Your objective: Using the records below, write out again exactly the lines that begin at the line containing "v 466.784 18.451 0" and end at the line containing "f 44 98 100", and no other lines.

[Extracted data entries]
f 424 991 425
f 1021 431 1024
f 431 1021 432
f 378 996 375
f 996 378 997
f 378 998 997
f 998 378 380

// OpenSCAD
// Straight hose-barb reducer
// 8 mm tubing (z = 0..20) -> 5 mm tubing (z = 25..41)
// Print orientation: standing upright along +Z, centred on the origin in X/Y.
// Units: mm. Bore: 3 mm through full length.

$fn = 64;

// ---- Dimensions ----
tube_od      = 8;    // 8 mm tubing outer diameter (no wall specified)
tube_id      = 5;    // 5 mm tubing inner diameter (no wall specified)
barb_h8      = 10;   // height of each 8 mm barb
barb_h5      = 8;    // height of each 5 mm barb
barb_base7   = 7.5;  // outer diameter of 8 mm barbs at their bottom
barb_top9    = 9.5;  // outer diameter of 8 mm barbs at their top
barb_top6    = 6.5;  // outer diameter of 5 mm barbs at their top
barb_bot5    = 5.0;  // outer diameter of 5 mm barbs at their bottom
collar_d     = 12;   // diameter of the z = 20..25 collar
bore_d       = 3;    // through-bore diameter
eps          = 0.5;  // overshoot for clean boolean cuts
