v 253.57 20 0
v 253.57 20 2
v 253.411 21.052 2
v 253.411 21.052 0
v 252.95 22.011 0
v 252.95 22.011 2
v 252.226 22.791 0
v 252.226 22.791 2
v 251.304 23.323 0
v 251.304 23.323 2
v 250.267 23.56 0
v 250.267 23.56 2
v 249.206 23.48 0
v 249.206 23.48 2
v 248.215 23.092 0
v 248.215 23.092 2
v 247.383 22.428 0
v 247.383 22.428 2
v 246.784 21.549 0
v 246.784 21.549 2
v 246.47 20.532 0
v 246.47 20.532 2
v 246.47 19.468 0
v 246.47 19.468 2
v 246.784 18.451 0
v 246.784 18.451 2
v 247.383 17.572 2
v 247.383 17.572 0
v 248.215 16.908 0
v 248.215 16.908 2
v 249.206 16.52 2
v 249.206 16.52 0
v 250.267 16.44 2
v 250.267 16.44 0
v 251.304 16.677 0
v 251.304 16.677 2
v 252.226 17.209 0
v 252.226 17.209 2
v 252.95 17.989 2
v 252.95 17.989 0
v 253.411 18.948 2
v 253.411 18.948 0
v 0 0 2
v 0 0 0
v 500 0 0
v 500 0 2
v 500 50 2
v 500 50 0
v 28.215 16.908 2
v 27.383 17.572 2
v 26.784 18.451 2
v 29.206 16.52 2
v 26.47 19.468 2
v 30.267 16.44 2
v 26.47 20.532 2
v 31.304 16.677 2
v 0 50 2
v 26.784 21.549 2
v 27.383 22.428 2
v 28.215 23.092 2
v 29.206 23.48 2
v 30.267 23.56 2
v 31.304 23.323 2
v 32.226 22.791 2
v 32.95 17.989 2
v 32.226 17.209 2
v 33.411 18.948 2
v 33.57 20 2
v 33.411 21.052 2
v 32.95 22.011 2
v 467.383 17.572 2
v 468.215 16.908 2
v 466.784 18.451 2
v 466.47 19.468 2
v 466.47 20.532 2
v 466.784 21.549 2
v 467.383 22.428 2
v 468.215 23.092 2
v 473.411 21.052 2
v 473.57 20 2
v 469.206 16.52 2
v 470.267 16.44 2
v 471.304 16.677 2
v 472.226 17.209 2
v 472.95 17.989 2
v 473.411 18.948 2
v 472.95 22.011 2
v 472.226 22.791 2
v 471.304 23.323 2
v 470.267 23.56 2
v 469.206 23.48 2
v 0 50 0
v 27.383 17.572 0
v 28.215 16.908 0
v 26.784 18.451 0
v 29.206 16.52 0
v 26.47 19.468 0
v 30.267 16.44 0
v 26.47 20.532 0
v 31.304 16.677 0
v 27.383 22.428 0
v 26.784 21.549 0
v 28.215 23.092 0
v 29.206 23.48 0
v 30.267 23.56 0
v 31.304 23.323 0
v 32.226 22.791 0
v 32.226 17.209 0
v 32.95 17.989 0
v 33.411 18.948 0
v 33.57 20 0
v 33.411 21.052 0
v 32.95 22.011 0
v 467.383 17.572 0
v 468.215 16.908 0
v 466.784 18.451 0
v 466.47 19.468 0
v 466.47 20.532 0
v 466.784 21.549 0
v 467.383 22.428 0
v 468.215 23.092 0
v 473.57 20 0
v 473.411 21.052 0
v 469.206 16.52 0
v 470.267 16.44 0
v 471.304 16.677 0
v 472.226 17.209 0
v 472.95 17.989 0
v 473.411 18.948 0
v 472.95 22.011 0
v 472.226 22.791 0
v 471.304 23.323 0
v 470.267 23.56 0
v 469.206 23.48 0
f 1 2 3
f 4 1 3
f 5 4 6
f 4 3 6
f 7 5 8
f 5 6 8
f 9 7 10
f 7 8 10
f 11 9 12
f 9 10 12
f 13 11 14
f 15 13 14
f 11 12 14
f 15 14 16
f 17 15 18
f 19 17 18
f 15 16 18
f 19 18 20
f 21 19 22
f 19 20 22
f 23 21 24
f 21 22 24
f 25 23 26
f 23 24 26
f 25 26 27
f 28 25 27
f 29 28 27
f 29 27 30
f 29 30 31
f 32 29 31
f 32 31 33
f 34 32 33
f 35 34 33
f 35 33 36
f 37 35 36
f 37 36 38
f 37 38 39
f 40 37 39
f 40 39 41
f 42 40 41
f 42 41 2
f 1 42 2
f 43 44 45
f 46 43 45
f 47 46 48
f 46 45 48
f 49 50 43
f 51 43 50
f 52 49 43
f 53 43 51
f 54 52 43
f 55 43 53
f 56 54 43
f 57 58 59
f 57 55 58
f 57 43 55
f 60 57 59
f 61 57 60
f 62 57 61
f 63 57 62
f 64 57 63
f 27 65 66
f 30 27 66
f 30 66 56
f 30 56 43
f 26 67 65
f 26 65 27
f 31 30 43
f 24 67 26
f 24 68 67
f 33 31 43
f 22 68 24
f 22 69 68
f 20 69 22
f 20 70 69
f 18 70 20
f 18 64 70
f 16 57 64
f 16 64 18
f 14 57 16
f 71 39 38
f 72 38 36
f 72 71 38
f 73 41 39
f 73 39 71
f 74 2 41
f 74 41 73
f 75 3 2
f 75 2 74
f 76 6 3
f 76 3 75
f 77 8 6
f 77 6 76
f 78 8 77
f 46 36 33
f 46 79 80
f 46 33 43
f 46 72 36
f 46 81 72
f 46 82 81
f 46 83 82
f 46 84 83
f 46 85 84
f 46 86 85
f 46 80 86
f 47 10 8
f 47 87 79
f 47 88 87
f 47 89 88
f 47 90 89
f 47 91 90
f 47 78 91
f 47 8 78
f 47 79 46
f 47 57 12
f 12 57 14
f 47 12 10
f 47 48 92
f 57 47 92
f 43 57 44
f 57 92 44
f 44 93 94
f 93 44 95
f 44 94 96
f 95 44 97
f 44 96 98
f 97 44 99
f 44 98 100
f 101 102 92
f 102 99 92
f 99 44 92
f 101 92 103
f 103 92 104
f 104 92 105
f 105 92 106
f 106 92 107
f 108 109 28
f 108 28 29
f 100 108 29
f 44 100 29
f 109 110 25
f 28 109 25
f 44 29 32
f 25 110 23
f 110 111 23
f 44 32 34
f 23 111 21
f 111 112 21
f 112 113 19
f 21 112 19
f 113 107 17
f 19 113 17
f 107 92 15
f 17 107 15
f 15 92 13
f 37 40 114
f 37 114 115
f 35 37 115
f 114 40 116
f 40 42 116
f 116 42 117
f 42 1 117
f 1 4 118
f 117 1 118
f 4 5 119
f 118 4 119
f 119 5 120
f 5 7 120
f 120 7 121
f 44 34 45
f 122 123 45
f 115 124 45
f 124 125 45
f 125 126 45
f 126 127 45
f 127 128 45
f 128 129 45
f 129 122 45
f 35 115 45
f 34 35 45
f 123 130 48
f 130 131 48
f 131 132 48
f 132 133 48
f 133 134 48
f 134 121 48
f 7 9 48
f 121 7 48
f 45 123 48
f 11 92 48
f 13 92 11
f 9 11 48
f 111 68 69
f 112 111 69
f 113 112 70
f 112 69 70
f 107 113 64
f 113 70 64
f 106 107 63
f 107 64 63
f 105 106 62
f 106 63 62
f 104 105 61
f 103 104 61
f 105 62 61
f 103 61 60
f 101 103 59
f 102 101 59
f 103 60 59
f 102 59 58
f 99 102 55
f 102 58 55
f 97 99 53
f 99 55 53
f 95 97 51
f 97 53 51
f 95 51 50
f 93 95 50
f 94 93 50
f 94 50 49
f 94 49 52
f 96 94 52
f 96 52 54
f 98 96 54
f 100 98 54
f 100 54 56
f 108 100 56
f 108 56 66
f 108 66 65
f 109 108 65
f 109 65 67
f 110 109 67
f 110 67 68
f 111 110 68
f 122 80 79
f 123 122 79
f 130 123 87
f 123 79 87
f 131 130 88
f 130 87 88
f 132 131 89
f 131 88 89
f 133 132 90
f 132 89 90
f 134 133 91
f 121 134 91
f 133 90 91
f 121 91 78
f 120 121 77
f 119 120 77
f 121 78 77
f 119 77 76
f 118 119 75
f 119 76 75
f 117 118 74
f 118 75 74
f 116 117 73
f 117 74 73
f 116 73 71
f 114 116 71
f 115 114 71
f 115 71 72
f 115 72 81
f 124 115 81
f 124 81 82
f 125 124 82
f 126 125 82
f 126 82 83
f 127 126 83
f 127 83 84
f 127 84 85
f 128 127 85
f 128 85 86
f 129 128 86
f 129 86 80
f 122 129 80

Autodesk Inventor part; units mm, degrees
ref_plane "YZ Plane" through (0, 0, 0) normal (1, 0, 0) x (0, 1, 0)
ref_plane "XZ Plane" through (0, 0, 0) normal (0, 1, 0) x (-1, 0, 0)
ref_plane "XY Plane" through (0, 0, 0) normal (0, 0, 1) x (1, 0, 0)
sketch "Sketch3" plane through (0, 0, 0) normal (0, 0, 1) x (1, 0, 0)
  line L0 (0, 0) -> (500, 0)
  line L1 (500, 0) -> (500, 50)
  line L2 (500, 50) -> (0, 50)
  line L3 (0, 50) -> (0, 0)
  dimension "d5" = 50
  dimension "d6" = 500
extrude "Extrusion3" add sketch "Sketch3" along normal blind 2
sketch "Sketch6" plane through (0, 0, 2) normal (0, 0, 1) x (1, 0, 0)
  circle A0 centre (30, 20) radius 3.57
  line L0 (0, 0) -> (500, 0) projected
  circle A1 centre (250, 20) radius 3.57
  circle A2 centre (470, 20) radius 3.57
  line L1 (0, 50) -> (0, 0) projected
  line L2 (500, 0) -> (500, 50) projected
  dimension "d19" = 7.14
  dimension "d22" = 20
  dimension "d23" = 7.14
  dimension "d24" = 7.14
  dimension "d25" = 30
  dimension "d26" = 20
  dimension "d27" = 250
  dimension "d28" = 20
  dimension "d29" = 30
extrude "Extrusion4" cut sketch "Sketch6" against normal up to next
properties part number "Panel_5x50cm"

Solution to the problem:
v 466.784 18.451 0
v 466.47 19.468 0
v 466.47 20.532 0
v 466.784 21.549 0
v 467.383 22.428 0
v 468.215 23.092 0
v 473.57 20 0
v 473.411 21.052 0
v 469.206 16.52 0
v 470.267 16.44 0
v 471.304 16.677 0
v 472.226 17.209 0
v 472.95 17.989 0
v 473.411 18.948 0
v 472.95 22.011 0
v 472.226 22.791 0
v 471.304 23.323 0
v 470.267 23.56 0
v 469.206 23.48 0
f 1 2 3
f 4 1 3
f 5 4 6
f 4 3 6
f 7 5 8
f 5 6 8
f 9 7 10
f 7 8 10
f 11 9 12
f 9 10 12
f 13 11 14
f 15 13 14
f 11 12 14
f 15 14 16
f 17 15 18
f 19 17 18
f 15 16 18
f 19 18 20
f 21 19 22
f 19 20 22
f 23 21 24
f 21 22 24
f 25 23 26
f 23 24 26
f 25 26 27
f 28 25 27
f 29 28 27
f 29 27 30
f 29 30 31
f 32 29 31
f 32 31 33
f 34 32 33
f 35 34 33
f 35 33 36
f 37 35 36
f 37 36 38
f 37 38 39
f 40 37 39
f 40 39 41
f 42 40 41
f 42 41 2
f 1 42 2
f 43 44 45
f 46 43 45
f 47 46 48
f 46 45 48
f 49 50 43
f 51 43 50
f 52 49 43
f 53 43 51
f 54 52 43
f 55 43 53
f 56 54 43
f 57 58 59
f 57 55 58
f 57 43 55
f 60 57 59
f 61 57 60
f 62 57 61
f 63 57 62
f 64 57 63
f 27 65 66
f 30 27 66
f 30 66 56
f 30 56 43
f 26 67 65
f 26 65 27
f 31 30 43
f 24 67 26
f 24 68 67
f 33 31 43
f 22 68 24
f 22 69 68
f 20 69 22
f 20 70 69
f 18 70 20
f 18 64 70
f 16 57 64
f 16 64 18
f 14 57 16
f 71 39 38
f 72 38 36
f 72 71 38
f 73 41 39
f 73 39 71
f 74 2 41
f 74 41 73
f 75 3 2
f 75 2 74
f 76 6 3
f 76 3 75
f 77 8 6
f 77 6 76
f 78 8 77
f 46 36 33
f 46 79 80
f 46 33 43
f 46 72 36
f 46 81 72
f 46 82 81
f 46 83 82
f 46 84 83
f 46 85 84
f 46 86 85
f 46 80 86
f 47 10 8
f 47 87 79
f 47 88 87
f 47 89 88
f 47 90 89
f 47 91 90
f 47 78 91
f 47 8 78
f 47 79 46
f 47 57 12
f 12 57 14
f 47 12 10
f 47 48 92
f 57 47 92
f 43 57 44
f 57 92 44
f 44 93 94
f 93 44 95
f 44 94 96
f 95 44 97
f 44 96 98
f 97 44 99
f 44 98 100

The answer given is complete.